# Guys, i won the last month's(March) caption challenge!



## aku (Apr 8, 2008)

Hey guys, just got my copy of digit, and i'm really surprised and happy to see that i won the last month's beat that caption challenge!
I usually never take part any any competitions like this but last month, and this is my 1st try, i dun know what compelled me to drop in my mail... but i guess now on, I'll try to take part in competitions like this.

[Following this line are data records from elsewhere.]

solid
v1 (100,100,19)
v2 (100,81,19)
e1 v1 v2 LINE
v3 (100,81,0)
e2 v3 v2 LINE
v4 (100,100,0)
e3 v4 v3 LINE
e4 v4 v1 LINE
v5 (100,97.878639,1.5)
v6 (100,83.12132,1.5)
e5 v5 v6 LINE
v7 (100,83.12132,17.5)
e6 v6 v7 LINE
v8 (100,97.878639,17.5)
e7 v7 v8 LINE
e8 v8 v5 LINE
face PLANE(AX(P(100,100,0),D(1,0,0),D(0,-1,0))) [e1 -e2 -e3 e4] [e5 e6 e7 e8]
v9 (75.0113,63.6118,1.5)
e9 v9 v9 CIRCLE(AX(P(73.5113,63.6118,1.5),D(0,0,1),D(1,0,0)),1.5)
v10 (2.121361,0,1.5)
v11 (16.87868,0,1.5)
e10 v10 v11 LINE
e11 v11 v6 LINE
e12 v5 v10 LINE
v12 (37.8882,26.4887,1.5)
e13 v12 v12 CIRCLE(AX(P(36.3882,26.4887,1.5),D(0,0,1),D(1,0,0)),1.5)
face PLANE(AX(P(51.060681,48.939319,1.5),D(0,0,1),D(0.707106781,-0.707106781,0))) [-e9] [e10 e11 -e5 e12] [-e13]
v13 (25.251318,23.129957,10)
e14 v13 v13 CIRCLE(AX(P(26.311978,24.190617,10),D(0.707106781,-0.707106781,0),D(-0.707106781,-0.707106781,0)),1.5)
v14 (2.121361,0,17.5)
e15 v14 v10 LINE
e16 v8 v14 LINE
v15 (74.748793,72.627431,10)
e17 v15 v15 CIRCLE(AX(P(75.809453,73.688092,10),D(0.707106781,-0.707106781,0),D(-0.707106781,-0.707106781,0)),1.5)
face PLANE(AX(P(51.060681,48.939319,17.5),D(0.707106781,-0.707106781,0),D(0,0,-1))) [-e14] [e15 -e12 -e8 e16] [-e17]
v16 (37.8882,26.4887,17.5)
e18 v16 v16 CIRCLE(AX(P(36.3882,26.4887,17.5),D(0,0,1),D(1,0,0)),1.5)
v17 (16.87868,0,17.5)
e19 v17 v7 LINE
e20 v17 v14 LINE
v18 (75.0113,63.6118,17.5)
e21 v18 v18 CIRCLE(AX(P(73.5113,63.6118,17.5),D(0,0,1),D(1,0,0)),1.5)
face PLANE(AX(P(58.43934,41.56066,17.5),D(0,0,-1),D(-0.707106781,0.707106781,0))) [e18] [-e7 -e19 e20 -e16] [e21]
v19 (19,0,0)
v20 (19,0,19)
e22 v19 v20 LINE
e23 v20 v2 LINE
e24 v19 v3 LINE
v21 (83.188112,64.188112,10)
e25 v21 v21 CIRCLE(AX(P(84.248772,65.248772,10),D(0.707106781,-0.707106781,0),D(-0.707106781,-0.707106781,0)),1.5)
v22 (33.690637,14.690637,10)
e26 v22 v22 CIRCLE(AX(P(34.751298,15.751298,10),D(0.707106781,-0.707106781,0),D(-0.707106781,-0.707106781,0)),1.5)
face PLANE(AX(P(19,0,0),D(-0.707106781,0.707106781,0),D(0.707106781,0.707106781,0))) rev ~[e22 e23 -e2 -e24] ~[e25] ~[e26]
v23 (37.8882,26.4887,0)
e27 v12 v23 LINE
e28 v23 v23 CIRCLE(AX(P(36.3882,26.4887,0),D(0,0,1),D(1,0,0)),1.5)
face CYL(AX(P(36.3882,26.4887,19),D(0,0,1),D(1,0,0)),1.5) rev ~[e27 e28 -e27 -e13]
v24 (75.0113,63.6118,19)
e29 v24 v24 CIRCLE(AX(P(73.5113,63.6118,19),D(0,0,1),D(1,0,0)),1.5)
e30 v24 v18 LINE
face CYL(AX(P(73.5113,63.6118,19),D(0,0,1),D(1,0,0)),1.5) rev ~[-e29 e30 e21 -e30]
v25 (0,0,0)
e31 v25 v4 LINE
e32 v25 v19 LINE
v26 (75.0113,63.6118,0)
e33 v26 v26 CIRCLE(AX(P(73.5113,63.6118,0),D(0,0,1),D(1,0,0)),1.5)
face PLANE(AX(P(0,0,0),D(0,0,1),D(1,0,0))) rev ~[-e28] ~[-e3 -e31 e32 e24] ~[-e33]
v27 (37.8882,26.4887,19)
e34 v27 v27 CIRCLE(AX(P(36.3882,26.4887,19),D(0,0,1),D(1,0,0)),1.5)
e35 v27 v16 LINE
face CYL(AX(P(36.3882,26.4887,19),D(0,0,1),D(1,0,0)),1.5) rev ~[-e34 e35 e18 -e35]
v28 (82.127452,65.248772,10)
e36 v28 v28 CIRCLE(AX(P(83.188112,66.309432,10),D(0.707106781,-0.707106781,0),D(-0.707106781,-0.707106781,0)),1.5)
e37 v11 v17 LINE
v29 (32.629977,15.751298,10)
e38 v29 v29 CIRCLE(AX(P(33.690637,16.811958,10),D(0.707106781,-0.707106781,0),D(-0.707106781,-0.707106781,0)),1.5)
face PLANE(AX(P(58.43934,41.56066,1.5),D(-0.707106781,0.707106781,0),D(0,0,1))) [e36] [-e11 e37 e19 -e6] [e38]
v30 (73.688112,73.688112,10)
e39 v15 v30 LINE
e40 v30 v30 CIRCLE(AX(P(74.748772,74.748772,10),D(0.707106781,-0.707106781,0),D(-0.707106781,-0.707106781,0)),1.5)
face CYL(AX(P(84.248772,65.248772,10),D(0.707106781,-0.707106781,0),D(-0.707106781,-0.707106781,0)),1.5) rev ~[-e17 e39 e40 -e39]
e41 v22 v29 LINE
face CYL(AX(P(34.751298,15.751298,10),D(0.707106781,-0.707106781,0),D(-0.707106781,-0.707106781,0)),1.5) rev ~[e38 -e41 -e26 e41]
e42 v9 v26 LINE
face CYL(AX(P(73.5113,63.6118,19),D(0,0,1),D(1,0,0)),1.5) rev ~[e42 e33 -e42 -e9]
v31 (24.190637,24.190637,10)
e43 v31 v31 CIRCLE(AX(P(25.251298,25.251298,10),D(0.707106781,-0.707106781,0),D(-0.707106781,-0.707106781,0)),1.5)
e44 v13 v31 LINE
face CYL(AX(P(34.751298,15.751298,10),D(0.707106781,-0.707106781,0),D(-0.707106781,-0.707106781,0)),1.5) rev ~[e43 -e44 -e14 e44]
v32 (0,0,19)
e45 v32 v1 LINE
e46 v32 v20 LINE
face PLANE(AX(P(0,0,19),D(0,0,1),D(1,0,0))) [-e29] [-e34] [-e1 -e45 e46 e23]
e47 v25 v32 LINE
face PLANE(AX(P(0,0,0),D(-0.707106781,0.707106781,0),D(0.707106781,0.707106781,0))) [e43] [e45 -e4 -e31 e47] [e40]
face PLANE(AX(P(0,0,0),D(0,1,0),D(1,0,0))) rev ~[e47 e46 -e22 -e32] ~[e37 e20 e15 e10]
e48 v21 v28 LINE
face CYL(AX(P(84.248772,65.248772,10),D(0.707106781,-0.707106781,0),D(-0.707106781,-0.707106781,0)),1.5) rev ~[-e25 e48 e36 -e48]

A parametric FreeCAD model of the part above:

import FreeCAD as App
import Part
import Sketcher
from FreeCAD import Vector
Q = App.Units.Quantity

doc = App.newDocument("Part")
body = doc.addObject("PartDesign::Body", "Body")

sketch1 = body.newObject("Sketcher::SketchObject", "Sketch")
sketch1.AttachmentSupport = (doc.getObject("XY_Plane"), [""])
sketch1.MapMode = "FlatFace"
sketch1.addGeometry(Part.LineSegment(Vector(100, 100, 0), Vector(0, 0, 0)), False)
sketch1.addGeometry(Part.LineSegment(Vector(0, 0, 0), Vector(19, 0, 0)), False)
sketch1.addGeometry(Part.LineSegment(Vector(19, 0, 0), Vector(100, 81, 0)), False)
sketch1.addGeometry(Part.LineSegment(Vector(100, 81, 0), Vector(100, 100, 0)), False)
sketch1.addConstraint(Sketcher.Constraint("Coincident", 0, 2, 1, 1))
sketch1.addConstraint(Sketcher.Constraint("Coincident", 1, 2, 2, 1))
sketch1.addConstraint(Sketcher.Constraint("Coincident", 2, 2, 3, 1))
sketch1.addConstraint(Sketcher.Constraint("Coincident", 3, 2, 0, 1))
sketch1.addConstraint(Sketcher.Constraint("Horizontal", 1))
sketch1.addConstraint(Sketcher.Constraint("Vertical", 3))
sketch1.addConstraint(Sketcher.Constraint("Coincident", 0, 2, -1, 1))
sketch1.addConstraint(Sketcher.Constraint("Parallel", 0, 2))
sketch1.addConstraint(Sketcher.Constraint("Equal", 1, 3))
sketch1.addConstraint(Sketcher.Constraint("DistanceX", 1, 1, 1, 2, Q("19 mm")))
sketch1.addConstraint(Sketcher.Constraint("DistanceX", -1, 1, 2, 2, Q("100 mm")))
pad1 = body.newObject("PartDesign::Pad", "Pad")
pad1.Profile = sketch1
pad1.Length = 19

sketch2 = body.newObject("Sketcher::SketchObject", "Sketch001")
sketch2.Placement = App.Placement(Vector(59.5, 40.5, 19), App.Rotation(Vector(-0.707106781, 0.707106781, 0), Vector(0, 0, -0.999999999), Vector(-0.707106781, -0.707106781, 0), "ZXY"))
sketch2.addGeometry(Part.LineSegment(Vector(1.5, 1.5, 0), Vector(11.935, 1.5, 0)), False)
sketch2.addGeometry(Part.LineSegment(Vector(11.935, 1.5, 0), Vector(11.935, 17.5, 0)), False)
sketch2.addGeometry(Part.LineSegment(Vector(11.935, 17.5, 0), Vector(1.5, 17.5, 0)), False)
sketch2.addGeometry(Part.LineSegment(Vector(1.5, 17.5, 0), Vector(1.5, 1.5, 0)), False)
sketch2.addConstraint(Sketcher.Constraint("Coincident", 0, 2, 1, 1))
sketch2.addConstraint(Sketcher.Constraint("Coincident", 1, 2, 2, 1))
sketch2.addConstraint(Sketcher.Constraint("Coincident", 2, 2, 3, 1))
sketch2.addConstraint(Sketcher.Constraint("Coincident", 3, 2, 0, 1))
sketch2.addConstraint(Sketcher.Constraint("Horizontal", 0))
sketch2.addConstraint(Sketcher.Constraint("Vertical", 1))
sketch2.addConstraint(Sketcher.Constraint("Horizontal", 2))
sketch2.addConstraint(Sketcher.Constraint("Vertical", 3))
sketch2.addConstraint(Sketcher.Constraint("DistanceY", -1, 1, 0, 2, Q("1.5 mm")))
sketch2.addConstraint(Sketcher.Constraint("DistanceX", -1, 1, 2, 2, Q("1.5 mm")))
sketch2.addConstraint(Sketcher.Constraint("DistanceY", 1, 1, 1, 2, Q("16 mm")))
sketch2.addConstraint(Sketcher.Constraint("DistanceX", 0, 1, 0, 2, Q("10.435 mm")))
pocket1 = body.newObject("PartDesign::Pocket", "Pocket")
pocket1.Profile = sketch2
pocket1.Type = "ThroughAll"
pocket1.Midplane = True

sketch3 = body.newObject("Sketcher::SketchObject", "Sketch002")
sketch3.AttachmentSupport = (doc.getObject("XY_Plane"), [""])
sketch3.MapMode = "FlatFace"
sketch3.AttachmentOffset = App.Placement(Vector(0, 0, 19), App.Rotation())
sketch3.addGeometry(Part.Circle(Vector(36.3882, 26.4887, 0), Vector(0, 0, 1), 1.5), False)
sketch3.addGeometry(Part.Circle(Vector(73.5113, 63.6118, 0), Vector(0, 0, 1), 1.5), False)
sketch3.addConstraint(Sketcher.Constraint("Equal", 0, 1))
sketch3.addConstraint(Sketcher.Constraint("Diameter", 0, Q("3 mm")))
sketch3.addConstraint(Sketcher.Constraint("DistanceX", 0, 3, 1, 3, Q("37.123 mm")))
sketch3.addConstraint(Sketcher.Constraint("DistanceY", 0, 3, 1, 3, Q("37.123 mm")))
sketch3.addConstraint(Sketcher.Constraint("DistanceX", -1, 1, 0, 3, Q("36.3882 mm")))
sketch3.addConstraint(Sketcher.Constraint("DistanceY", -1, 1, 0, 3, Q("26.4887 mm")))
pocket2 = body.newObject("PartDesign::Pocket", "Pocket001")
pocket2.Profile = sketch3
pocket2.Type = "ThroughAll"

sketch4 = body.newObject("Sketcher::SketchObject", "Sketch003")
sketch4.Placement = App.Placement(Vector(100, 81, 19), App.Rotation(Vector(-0.707106781, -0.707106781, 0), Vector(0, 0, -0.999999999), Vector(0.707106781, -0.707106781, 0), "ZXY"))
sketch4.addGeometry(Part.Circle(Vector(92.2756, 9, 0), Vector(0, 0, 1), 1.5), False)
sketch4.addGeometry(Part.Circle(Vector(22.2756, 9, 0), Vector(0, 0, 1), 1.5), False)
sketch4.addConstraint(Sketcher.Constraint("Equal", 0, 1))
sketch4.addConstraint(Sketcher.Constraint("Horizontal", 0, 3, 1, 3))
sketch4.addConstraint(Sketcher.Constraint("Diameter", 0, Q("3 mm")))
sketch4.addConstraint(Sketcher.Constraint("DistanceX", 1, 3, 0, 3, Q("70 mm")))
sketch4.addConstraint(Sketcher.Constraint("DistanceY", -1, 1, 0, 3, Q("9 mm")))
sketch4.addConstraint(Sketcher.Constraint("DistanceX", -1, 1, 0, 3, Q("92.2756 mm")))
pocket3 = body.newObject("PartDesign::Pocket", "Pocket002")
pocket3.Profile = sketch4
pocket3.Type = "ThroughAll"

doc.recompute()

Btw. I'm not wrong, I was in the loo while i was reading the mag and i mailed the  caption through the mobile gmail app...


----------



## narangz (Apr 8, 2008)

Congrats


----------



## ray|raven (Apr 8, 2008)

Gratz. What'd you get?


----------



## aku (Apr 8, 2008)

thanks mate.

i still haven't got anything.. but looking forward to getting something...


----------



## Faun (Apr 8, 2008)

congrats


----------



## MetalheadGautham (Apr 8, 2008)

aku said:


> I was in the loo while i was reading the mag and i mailed the  caption through the mobile gmail app...


glad to know yet another loo multitasker has won a prize


----------



## ray|raven (Apr 8, 2008)

^Lolz.


----------



## The Conqueror (Apr 8, 2008)

WOW ! Congrats


----------



## aku (Apr 8, 2008)

thanks mates...
btw. who els did win while multitasking from the loo?


----------



## ?doubtfire? (Apr 8, 2008)

Congrats aku


----------



## victor_rambo (Apr 8, 2008)

Congo........btw what is the prize you got?(sorry but I don't buy digit!)


----------



## Vishal Gupta (Apr 8, 2008)

Congratulations.


----------



## ancientrites (Apr 8, 2008)

congrats for what ever you have won


----------



## aku (Apr 8, 2008)

thanking ya all... 
i still haven't got anything, but most probably they'll be sending me a book.


----------



## DigitalDude (Apr 8, 2008)

Family Guy said:


> Big deal
> Go bare your ass and rejoice.


way to be a moron



_


----------



## utsav (Apr 8, 2008)

^^ ??


----------



## hullap (May 23, 2008)

congo dude


----------



## Pat (May 23, 2008)

Bumping a 50 days old thread ? or you want to know what he won


----------



## Pathik (May 23, 2008)

Yea hullap u n00b, stop bumping old threads.


----------



## MetalheadGautham (May 24, 2008)

hullap said:


> congo dude


response delayed by 50 days.

get a life.


----------



## hullap (May 24, 2008)

Pat said:


> Bumping a 50 days old thread ? or you want to know what he won


omg, now if ppl at irc (G__') post old threads
how do i know its on the 2nd or 3rd page


----------



## Pathik (May 24, 2008)

Who is G_'? Never heard of him. Dont make excuses


----------



## hullap (May 24, 2008)

next time you come to IRC, ill show u


----------



## Garbage (May 24, 2008)

Pathik said:


> Who is G_'? Never heard of him. Dont make excuses


G_` is an un-authorized user of hullap's IRC


----------



## The_Devil_Himself (May 24, 2008)

dont blame G_',its just a IRC legend,not for real.


----------



## Garbage (May 24, 2008)

hullap said:


> omg, now if ppl at irc (G__') post old threads
> how do i know its on the 2nd or 3rd page


You can reply with *"omg... my cat typed that !!!"*


----------



## Pathik (May 24, 2008)

Yep that would have been better.
Grow up kid. Dont make imaginary IRC friends.


----------



## shantanu (Jun 2, 2008)

family guy sent on vacation with his family for hostile activities and multiple homicide


----------



## Pathik (Jun 2, 2008)

^^ Good riddance


----------